Слишком многие люди оказались лишены возможности высказаться и выброшены из квазипубличного киберпространства
Недавно я рассказывал о том, как белому националисту Ричарду Спенсеру не дали выступить в Университете штата Огайо. Данный случай подпадает под Первую поправку к Конституции, однако университет ищет лазейку, чтобы лишить тех, кто им не нравится, возможности высказывать своё мнение.
К счастью, Университет штата Огайо ждёт судебный иск. Однако в киберпространстве (которое Энтони Кеннеди назвал «бескрайними просторами демократии в интернете в целом и в социальных сетях в частности») всё не так просто. Там доступ к идеям контролируется корпорациями с их пользовательскими соглашениями. Спрятавшись за своим статусом частных компаний, квазипубличные форумы в Twitter, Facebook и Google, а также их предшественники и последователи обходят Первую поправку и присваивают себе право решать, что должны говорить, читать и, соответственно, думать люди. Именно они превратились в тех цензоров, появления которых опасались отцы-основатели.
Пришло время применить Первую поправку к квазипубличным структурам.
Сфера применения Первой поправки последовательно расширялась. На начальном этапе она действовала только на федеральном уровне и не распространялась на власти штатов. На уровне штатов она стала применяться только после Гражданской войны и целой череды судебных разбирательств, которые продолжались ещё в первой половине XX века. Так что в те времена, когда Университет штата Огайо создавался, он вполне смог бы запретить кому-то выступать на своей территории и ему ничего за это не было бы.
На самом деле ситуация изменилась только сравнительно недавно. Только в 1995 году Верховный суд вынес постановление, согласно которому распределение университетской финансовой помощи среди студенческих изданий подпадает под действие Первой поправки, запрещающей дискриминацию на основании убеждений. Ещё одно расширение сферы применения Первой поправки произошло в 1950-е годы, когда Верховный суд решил, что её действие распространяется и на нетрадиционные виды высказываний, в том числе наготу и рекламные тексты.

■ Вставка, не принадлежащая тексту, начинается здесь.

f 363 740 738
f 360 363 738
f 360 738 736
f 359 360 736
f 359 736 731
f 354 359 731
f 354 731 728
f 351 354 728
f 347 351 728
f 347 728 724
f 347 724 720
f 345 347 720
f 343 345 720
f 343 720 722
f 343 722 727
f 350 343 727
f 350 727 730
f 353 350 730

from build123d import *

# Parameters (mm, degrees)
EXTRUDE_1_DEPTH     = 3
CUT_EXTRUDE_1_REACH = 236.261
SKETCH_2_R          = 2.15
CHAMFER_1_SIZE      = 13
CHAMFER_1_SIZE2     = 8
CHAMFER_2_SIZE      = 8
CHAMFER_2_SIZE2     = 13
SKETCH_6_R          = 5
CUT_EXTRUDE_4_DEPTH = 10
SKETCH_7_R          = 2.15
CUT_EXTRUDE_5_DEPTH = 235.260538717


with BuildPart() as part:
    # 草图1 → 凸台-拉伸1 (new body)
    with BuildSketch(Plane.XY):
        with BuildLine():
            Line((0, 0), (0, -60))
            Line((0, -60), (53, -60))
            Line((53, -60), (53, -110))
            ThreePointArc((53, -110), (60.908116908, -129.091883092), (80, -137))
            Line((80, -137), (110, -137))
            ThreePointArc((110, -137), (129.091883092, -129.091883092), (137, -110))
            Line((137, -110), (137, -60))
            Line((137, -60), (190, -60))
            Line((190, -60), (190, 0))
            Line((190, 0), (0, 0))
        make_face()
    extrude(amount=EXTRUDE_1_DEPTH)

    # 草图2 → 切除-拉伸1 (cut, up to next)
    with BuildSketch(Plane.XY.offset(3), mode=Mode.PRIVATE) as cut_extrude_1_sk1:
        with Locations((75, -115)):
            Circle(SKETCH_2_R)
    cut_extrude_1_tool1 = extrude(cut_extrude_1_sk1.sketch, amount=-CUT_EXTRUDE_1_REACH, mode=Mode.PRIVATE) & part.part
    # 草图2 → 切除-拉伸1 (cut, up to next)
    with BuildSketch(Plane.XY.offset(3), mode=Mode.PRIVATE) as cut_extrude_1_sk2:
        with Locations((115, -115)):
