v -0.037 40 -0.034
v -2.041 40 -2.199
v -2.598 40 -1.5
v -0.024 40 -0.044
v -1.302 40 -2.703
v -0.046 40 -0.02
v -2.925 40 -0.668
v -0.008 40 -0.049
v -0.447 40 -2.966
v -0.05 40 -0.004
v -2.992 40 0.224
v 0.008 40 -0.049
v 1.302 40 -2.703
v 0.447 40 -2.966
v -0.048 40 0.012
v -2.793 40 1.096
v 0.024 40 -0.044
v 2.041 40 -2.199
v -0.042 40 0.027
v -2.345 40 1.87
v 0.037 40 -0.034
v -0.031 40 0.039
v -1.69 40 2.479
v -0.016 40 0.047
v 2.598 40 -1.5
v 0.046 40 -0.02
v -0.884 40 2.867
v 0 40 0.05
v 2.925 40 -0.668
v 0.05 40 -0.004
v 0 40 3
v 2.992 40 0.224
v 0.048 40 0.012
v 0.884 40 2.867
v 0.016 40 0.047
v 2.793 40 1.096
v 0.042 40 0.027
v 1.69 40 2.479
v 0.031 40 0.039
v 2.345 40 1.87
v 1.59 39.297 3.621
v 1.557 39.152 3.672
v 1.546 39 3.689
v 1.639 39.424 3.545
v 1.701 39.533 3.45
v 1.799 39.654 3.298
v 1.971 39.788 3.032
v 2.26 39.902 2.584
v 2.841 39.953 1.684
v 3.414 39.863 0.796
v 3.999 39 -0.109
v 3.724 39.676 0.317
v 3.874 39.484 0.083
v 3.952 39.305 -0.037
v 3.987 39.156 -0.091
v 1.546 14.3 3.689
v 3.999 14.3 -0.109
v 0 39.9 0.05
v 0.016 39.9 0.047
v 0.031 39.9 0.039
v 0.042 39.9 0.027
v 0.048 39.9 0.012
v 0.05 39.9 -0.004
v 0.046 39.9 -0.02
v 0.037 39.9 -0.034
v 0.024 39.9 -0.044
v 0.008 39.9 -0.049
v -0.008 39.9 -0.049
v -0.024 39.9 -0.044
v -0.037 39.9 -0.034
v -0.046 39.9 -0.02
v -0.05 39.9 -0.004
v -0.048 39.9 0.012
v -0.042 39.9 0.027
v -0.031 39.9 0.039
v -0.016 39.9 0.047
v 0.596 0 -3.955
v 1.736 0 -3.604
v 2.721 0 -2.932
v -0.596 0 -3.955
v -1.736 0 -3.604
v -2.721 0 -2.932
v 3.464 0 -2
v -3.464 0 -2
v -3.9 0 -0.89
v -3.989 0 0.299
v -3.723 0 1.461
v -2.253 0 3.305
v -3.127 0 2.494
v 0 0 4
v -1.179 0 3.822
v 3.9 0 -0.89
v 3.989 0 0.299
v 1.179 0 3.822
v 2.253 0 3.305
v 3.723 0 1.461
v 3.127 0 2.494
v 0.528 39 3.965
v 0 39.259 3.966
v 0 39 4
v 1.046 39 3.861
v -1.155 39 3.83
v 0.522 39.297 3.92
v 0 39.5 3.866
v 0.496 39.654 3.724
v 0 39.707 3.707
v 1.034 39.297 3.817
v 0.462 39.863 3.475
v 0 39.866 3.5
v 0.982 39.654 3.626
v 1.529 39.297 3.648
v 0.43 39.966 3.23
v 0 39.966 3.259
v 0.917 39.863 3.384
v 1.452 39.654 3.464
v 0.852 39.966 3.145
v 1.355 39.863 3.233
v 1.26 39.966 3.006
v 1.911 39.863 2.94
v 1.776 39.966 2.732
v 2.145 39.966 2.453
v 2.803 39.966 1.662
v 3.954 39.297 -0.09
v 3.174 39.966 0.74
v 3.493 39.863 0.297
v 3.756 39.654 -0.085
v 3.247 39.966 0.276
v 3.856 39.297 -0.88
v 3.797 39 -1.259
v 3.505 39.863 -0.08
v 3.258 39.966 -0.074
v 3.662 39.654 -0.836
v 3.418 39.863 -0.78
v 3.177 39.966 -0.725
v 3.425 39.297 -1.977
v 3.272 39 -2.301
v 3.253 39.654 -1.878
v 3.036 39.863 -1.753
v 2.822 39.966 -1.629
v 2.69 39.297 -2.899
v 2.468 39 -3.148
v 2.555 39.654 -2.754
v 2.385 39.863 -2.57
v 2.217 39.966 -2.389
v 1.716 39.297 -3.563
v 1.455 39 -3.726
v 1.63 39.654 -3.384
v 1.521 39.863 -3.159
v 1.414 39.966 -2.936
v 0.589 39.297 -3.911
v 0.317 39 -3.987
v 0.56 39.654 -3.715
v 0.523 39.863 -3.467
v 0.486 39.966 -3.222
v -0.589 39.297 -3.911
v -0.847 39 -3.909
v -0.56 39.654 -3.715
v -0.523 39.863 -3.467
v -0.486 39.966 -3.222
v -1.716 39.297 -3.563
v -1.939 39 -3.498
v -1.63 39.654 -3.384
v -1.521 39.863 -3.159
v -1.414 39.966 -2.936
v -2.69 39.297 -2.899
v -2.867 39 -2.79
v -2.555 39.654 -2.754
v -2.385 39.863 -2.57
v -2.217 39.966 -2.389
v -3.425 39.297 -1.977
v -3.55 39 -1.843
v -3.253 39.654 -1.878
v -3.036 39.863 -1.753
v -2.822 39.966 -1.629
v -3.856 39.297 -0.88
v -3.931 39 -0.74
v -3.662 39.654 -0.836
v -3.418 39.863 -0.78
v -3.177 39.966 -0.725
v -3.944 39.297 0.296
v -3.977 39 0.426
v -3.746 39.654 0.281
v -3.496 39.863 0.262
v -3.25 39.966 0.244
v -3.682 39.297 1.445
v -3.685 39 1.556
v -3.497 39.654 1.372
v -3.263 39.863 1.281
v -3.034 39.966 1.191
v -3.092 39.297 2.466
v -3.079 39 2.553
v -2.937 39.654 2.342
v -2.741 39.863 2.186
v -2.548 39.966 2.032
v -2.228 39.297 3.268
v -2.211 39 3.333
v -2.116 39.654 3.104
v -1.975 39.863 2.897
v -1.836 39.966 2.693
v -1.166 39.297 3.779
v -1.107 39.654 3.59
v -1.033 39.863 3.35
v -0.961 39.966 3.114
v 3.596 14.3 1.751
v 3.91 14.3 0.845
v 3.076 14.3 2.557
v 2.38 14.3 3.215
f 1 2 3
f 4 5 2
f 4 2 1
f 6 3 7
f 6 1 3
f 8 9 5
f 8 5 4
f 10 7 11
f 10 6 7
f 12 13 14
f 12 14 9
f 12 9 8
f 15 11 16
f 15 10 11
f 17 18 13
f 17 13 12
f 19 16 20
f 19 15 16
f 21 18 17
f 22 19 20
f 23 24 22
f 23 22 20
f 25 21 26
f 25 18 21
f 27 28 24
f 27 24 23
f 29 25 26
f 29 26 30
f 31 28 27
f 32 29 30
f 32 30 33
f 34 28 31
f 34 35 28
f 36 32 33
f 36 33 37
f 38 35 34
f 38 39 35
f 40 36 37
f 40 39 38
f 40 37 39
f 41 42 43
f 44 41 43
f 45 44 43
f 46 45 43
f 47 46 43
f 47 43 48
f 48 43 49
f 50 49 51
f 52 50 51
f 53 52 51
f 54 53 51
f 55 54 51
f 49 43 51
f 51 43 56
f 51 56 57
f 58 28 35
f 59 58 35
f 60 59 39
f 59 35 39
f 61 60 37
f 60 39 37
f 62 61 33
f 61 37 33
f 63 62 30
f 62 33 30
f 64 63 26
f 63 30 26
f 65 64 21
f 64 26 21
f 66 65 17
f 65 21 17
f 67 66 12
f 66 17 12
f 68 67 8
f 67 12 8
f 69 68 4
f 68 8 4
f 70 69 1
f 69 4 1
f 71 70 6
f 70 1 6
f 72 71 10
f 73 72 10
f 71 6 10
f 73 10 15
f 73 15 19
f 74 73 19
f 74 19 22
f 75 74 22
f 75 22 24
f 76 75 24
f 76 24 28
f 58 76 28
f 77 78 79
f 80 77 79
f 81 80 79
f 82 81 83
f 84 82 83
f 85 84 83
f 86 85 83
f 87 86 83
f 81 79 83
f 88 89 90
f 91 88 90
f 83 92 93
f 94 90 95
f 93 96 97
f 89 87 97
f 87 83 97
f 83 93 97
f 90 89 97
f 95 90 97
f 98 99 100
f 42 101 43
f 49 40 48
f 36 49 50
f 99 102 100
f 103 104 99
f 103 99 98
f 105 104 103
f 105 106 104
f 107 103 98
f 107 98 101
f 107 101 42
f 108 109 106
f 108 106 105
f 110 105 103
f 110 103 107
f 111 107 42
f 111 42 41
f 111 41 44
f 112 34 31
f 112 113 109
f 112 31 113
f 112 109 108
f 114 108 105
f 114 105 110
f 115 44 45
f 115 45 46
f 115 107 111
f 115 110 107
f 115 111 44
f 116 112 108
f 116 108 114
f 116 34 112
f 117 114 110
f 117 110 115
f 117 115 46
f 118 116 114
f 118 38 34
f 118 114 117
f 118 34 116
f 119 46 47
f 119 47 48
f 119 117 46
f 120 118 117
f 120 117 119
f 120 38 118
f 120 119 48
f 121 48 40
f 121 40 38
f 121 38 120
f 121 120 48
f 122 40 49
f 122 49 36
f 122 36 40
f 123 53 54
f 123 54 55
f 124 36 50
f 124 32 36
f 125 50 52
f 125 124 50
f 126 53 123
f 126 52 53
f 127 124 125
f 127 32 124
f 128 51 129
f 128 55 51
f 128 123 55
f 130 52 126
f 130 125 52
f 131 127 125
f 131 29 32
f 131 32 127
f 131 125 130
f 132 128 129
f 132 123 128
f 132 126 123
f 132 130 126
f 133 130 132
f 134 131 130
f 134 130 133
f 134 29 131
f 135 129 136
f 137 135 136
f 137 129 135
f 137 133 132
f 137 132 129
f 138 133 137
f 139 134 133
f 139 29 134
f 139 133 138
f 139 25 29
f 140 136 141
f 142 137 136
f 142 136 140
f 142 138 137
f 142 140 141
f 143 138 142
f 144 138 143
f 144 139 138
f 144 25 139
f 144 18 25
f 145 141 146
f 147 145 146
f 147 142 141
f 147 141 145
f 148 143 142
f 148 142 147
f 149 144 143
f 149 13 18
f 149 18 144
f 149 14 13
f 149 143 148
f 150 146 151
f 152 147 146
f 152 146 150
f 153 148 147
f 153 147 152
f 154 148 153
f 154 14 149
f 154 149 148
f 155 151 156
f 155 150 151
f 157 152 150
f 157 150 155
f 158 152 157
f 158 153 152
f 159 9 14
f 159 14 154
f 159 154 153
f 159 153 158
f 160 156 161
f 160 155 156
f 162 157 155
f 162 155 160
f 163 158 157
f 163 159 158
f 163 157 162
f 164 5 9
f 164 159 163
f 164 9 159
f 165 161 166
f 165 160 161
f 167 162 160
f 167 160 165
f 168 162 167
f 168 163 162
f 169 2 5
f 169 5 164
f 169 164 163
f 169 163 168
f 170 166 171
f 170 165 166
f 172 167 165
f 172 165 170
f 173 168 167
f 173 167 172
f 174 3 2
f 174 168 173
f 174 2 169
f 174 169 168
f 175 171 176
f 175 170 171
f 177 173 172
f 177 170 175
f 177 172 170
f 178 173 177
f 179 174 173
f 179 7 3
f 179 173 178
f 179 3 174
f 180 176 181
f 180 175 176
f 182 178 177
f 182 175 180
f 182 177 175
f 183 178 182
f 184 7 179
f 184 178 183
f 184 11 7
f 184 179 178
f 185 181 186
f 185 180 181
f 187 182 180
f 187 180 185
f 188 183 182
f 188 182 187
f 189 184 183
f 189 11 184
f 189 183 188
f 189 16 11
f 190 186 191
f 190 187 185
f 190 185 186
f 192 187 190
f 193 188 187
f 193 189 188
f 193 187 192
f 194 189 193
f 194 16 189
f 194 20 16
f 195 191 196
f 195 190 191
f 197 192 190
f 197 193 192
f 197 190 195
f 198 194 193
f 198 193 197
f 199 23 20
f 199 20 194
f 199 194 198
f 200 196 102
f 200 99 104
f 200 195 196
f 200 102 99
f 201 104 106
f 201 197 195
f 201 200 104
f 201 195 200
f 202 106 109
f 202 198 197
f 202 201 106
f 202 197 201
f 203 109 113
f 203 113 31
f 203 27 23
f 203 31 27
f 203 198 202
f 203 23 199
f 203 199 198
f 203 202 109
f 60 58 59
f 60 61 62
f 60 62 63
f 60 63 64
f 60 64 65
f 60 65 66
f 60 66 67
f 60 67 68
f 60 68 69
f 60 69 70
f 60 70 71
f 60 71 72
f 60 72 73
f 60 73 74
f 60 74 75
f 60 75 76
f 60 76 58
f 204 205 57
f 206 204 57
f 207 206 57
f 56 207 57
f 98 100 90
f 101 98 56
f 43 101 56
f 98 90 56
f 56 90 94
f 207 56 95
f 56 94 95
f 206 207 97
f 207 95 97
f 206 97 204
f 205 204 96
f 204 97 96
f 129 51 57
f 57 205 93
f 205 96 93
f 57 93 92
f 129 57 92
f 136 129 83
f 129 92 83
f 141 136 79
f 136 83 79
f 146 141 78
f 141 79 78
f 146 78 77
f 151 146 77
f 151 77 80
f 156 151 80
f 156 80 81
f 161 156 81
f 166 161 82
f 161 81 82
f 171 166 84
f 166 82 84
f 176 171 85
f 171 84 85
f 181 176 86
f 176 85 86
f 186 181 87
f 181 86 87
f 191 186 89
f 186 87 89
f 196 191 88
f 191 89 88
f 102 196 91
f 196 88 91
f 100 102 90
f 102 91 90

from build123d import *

# Parameters (mm, degrees)
SKETCH1_R           = 4
BOSS_EXTRUDE1_DEPTH = 40
FILLET1_R           = 1
CUT_EXTRUDE1_START  = -25.7
CUT_EXTRUDE1_DEPTH  = 25.7
SKETCH3_R           = 0.05
CUT_EXTRUDE2_DEPTH  = 0.1


with BuildPart() as part:
    # Sketch1 → Boss-Extrude1 (new body)
    with BuildSketch(Plane(origin=(0, 0, 0), x_dir=(1, 0, 0), z_dir=(0, 1, 0))):
        with Locations(Location((0, 0, 0), (0, 0, 270))):
            Circle(SKETCH1_R)
    extrude(amount=BOSS_EXTRUDE1_DEPTH)

    # Fillet1
    fillet1_edges = [part.edges().sort_by_distance(p)[0] for p in [
        (0, 40, -4),
    ]]
    fillet(fillet1_edges, radius=FILLET1_R)

    # Sketch2 → Cut-Extrude1 (cut)
    with BuildSketch(Plane(origin=(0, 40, 0), x_dir=(1, 0, 0), z_dir=(0, 1, 0)).offset(CUT_EXTRUDE1_START)):
        with BuildLine():
            Line((1.546188852, -3.68907848), (3.998512047, 0.109093573))
            ThreePointArc((3.998512047, 0.109093573), (3.360424787, -2.169687823), (1.546188852, -3.68907848))
        make_face()
    extrude(amount=CUT_EXTRUDE1_DEPTH, mode=Mode.SUBTRACT)

    # Sketch3 → Cut-Extrude2 (cut)
    with BuildSketch(Plane(origin=(0, 40, 0), x_dir=(1, 0, 0), z_dir=(0, 1, 0))):
        with Locations(Location((0, 0, 0), (0, 0, 270))):
            Circle(SKETCH3_R)
    extrude(amount=-CUT_EXTRUDE2_DEPTH, mode=Mode.SUBTRACT)


solid = part.part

Проблема сегодня заключается в том, что, когда вы заходите на какой-то сайт, вы автоматически принимаете кучу условий, которые накладывает на вас его пользовательское соглашение. К тому же Twitter (я понимаю, что есть много разных сайтов и приложений, но давайте для простоты договоримся, что мы будем использовать Twitter как типичного представителя всего этого множества) может интерпретировать положения этого соглашения, как ему заблагорассудится. Вот и получается, что если Верховный суд пока не считает ярлык «ксенофобии» достаточным основанием для того, чтобы ограничивать свободу слова, то Twitter может устанавливать собственные правила в зависимости от своих политических или идеологических предпочтений.
Кроме того, Twitter может запретить выражать ту или иную точку зрения, тем самым де-факто выступая проводником политики властей и игнорируя Первую поправку просто потому, что может себе это позволить. Похоже, именно это и произошло в случае с российскими СМИ RT и Sputnik, когда Twitter ввёл запрет на размещение их рекламы. В невнятном докладе (американских. — Прим.пер.) спецслужб обе организации обвинили во вмешательстве в президентские выборы 2016 года. Древняя Первая поправка не даёт федералам прогнать RT и Sputnik и отправить их обратно в Москву, а вот Twitter может буквально одним твитом перечеркнуть некогда неотъемлемые права. За блокировкой российских СМИ последовало решение запретить «агрессивные группы, разжигающий вражду контент и символику ненависти». А Google может блокировать доступ пользователей к их же документам, сохраненным на Google Drive, если сочтёт их «оскорбительными».
Twitter также временно заблокировал аккаунт консерватора Роджера Стоуна. Никакого объяснения этому не последовало, хотя блокировка, видимо, связана с гневными нецензурными твитами Стоуна в адрес CNN. Регулярно звучат призывать заблокировать аккаунт Дональда Трампа за разжигание ненависти и насилия. А левацкого сатирика заблокировали за троллинг, посчитав его призывом к насилию.
А мой аккаунт временно заблокировали в тот момент, когда я защищался от нападок антифашистов, которые грозились «всыпать нацистам». Twitter счёл мой ответ призывом к насилию, хотя, скорее всего, по критериям Верховного суда он таковым не являлся: я написал что-то вроде «если побьёте, чтобы заставить замолчать, то я дам сдачи, не сомневайтесь». Меня заблокировали на неделю. Сперва Twitter заставил меня удалить этот твит, а затем открыл мне доступ к странице только для чтения, и я наблюдал, как нападки продолжались, пока антифашистам это не наскучило. Я не мог ни заблокировать их, ни ответить. По ощущениям это было сродни тому, как если бы меня схватили какие-то здоровяки и держали, пока обидчик с удовольствием колотит.